WHAT TO PRODUCE: Repeat nothing but the lines below running from the one containing "a closed chain" to the one containing "first + (i + 1) % n, 1))". Keep both end lines.

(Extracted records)
>>>>>

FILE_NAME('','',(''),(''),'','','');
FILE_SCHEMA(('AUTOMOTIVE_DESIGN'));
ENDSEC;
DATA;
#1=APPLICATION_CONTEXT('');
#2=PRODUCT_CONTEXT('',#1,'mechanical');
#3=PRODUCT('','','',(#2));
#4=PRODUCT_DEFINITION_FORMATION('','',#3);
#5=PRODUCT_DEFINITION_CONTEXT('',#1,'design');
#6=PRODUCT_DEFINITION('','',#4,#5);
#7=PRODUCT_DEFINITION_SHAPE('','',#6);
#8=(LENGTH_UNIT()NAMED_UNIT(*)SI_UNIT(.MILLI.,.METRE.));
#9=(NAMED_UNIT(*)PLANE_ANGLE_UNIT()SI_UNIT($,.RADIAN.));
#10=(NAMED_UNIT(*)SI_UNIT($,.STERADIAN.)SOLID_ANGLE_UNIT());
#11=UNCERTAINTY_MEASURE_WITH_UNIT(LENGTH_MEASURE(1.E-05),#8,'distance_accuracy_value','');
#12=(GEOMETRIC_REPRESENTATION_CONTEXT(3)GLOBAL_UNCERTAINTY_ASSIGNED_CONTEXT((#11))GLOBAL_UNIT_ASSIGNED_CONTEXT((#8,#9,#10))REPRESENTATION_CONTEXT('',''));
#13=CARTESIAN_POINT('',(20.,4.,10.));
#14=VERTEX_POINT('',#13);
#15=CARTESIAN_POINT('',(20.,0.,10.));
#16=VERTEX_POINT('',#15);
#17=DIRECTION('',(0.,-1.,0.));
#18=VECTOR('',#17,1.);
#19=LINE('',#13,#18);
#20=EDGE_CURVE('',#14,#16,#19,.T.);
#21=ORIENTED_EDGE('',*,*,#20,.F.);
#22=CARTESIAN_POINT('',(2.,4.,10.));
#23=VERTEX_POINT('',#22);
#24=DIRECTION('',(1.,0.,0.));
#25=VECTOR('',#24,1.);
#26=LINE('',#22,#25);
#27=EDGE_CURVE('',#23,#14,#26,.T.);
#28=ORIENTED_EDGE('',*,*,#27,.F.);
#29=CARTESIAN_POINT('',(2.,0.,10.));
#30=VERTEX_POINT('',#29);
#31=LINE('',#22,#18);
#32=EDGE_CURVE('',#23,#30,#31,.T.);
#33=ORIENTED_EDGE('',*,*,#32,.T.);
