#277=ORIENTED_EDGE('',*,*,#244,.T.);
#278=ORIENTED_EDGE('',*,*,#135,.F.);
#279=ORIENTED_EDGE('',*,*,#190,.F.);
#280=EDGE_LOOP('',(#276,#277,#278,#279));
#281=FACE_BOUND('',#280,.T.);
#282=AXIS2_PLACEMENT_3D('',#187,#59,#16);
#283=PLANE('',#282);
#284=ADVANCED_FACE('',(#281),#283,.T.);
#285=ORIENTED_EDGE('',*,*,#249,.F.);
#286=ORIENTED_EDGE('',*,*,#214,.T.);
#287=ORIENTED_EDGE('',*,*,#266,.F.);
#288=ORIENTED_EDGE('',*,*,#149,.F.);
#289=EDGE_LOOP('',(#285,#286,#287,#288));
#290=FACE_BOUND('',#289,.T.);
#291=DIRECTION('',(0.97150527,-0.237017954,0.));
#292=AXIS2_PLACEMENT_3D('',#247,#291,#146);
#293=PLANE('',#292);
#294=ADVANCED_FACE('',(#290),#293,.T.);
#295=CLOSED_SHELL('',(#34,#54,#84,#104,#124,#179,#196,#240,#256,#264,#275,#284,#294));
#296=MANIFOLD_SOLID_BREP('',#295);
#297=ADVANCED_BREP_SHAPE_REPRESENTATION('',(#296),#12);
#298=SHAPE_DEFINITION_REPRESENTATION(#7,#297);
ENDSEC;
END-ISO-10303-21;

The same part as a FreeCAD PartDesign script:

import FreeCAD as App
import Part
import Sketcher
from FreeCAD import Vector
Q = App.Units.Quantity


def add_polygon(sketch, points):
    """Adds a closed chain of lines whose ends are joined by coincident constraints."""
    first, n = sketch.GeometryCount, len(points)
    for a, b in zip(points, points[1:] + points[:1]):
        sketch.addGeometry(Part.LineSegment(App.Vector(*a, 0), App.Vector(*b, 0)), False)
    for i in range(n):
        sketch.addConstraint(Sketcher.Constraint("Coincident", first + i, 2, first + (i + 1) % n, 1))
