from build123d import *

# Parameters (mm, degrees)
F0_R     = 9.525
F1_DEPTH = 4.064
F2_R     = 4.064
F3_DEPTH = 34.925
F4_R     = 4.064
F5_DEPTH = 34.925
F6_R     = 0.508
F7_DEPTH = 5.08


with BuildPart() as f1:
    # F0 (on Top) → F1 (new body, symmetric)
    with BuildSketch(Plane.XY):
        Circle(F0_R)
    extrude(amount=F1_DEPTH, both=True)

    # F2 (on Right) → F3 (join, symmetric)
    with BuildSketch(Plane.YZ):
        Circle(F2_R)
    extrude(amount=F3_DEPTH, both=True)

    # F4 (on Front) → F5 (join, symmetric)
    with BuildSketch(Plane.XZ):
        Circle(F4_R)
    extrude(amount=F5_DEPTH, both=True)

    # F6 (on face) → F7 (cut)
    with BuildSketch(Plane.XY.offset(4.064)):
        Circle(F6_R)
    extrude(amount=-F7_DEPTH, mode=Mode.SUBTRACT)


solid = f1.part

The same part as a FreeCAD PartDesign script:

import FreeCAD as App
import Part
import Sketcher
from FreeCAD import Vector
Q = App.Units.Quantity

doc = App.newDocument("Part")
body = doc.addObject("PartDesign::Body", "Body")

# Sketch on XY plane
sketch1 = body.newObject("Sketcher::SketchObject", "Sketch")
sketch1.AttachmentSupport = (doc.getObject("XY_Plane"), [""])
sketch1.MapMode = "FlatFace"
sketch1.addGeometry(Part.Circle(Vector(0, 0, 0), Vector(0, 0, 1), 10), False)
sketch1.addConstraint([
    Sketcher.Constraint("Coincident", 0, 3, -1, 1),
    Sketcher.Constraint("Diameter", 0, Q("0.75 in")),
])
pad1 = body.newObject("PartDesign::Pad", "Pad")
pad1.Profile = sketch1
pad1.Length = Q("0.32 in")
pad1.Midplane = True

# Sketch on YZ plane
sketch2 = body.newObject("Sketcher::SketchObject", "Sketch001")
sketch2.AttachmentSupport = (doc.getObject("YZ_Plane"), [""])
sketch2.MapMode = "FlatFace"
sketch2.addGeometry(Part.Circle(Vector(0, 0, 0), Vector(0, 0, 1), 4.1), False)
sketch2.addConstraint([
    Sketcher.Constraint("Coincident", 0, 3, -1, 1),
    Sketcher.Constraint("Diameter", 0, Q("0.32 in")),
])
pad2 = body.newObject("PartDesign::Pad", "Pad001")
pad2.Profile = sketch2
pad2.Length = Q("2.75 in")
pad2.Midplane = True

# Sketch on XZ plane
sketch3 = body.newObject("Sketcher::SketchObject", "Sketch002")
sketch3.AttachmentSupport = (doc.getObject("XZ_Plane"), [""])
sketch3.MapMode = "FlatFace"
sketch3.addGeometry(Part.Circle(Vector(0, 0, 0), Vector(0, 0, 1), 4.1), False)
sketch3.addConstraint([
    Sketcher.Constraint("Coincident", 0, 3, -1, 1),
    Sketcher.Constraint("Diameter", 0, Q("0.32 in")),
])
pad3 = body.newObject("PartDesign::Pad", "Pad002")
pad3.Profile = sketch3
pad3.Length = Q("2.75 in")
pad3.Midplane = True

# Sketch on XY plane
sketch4 = body.newObject("Sketcher::SketchObject", "Sketch003")
sketch4.AttachmentSupport = (doc.getObject("XY_Plane"), [""])
sketch4.MapMode = "FlatFace"
sketch4.AttachmentOffset = App.Placement(Vector(0, 0, 0.16 * 25.4), App.Rotation())
sketch4.addGeometry(Part.Circle(Vector(0, 0, 0), Vector(0, 0, 1), 0.5), False)
sketch4.addConstraint([
    Sketcher.Constraint("Coincident", 0, 3, -1, 1),
    Sketcher.Constraint("Diameter", 0, Q("0.04 in")),
])
pocket1 = body.newObject("PartDesign::Pocket", "Pocket")
pocket1.Profile = sketch4
pocket1.Length = Q("0.2 in")

doc.recompute()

<<<<<

EXPECTED OUTPUT:
    """Adds a closed chain of lines whose ends are joined by coincident constraints."""
    first, n = sketch.GeometryCount, len(points)
    for a, b in zip(points, points[1:] + points[:1]):
        sketch.addGeometry(Part.LineSegment(App.Vector(*a, 0), App.Vector(*b, 0)), False)
    for i in range(n):
        sketch.addConstraint(Sketcher.Constraint("Coincident", first + i, 2, first + (i + 1) % n, 1))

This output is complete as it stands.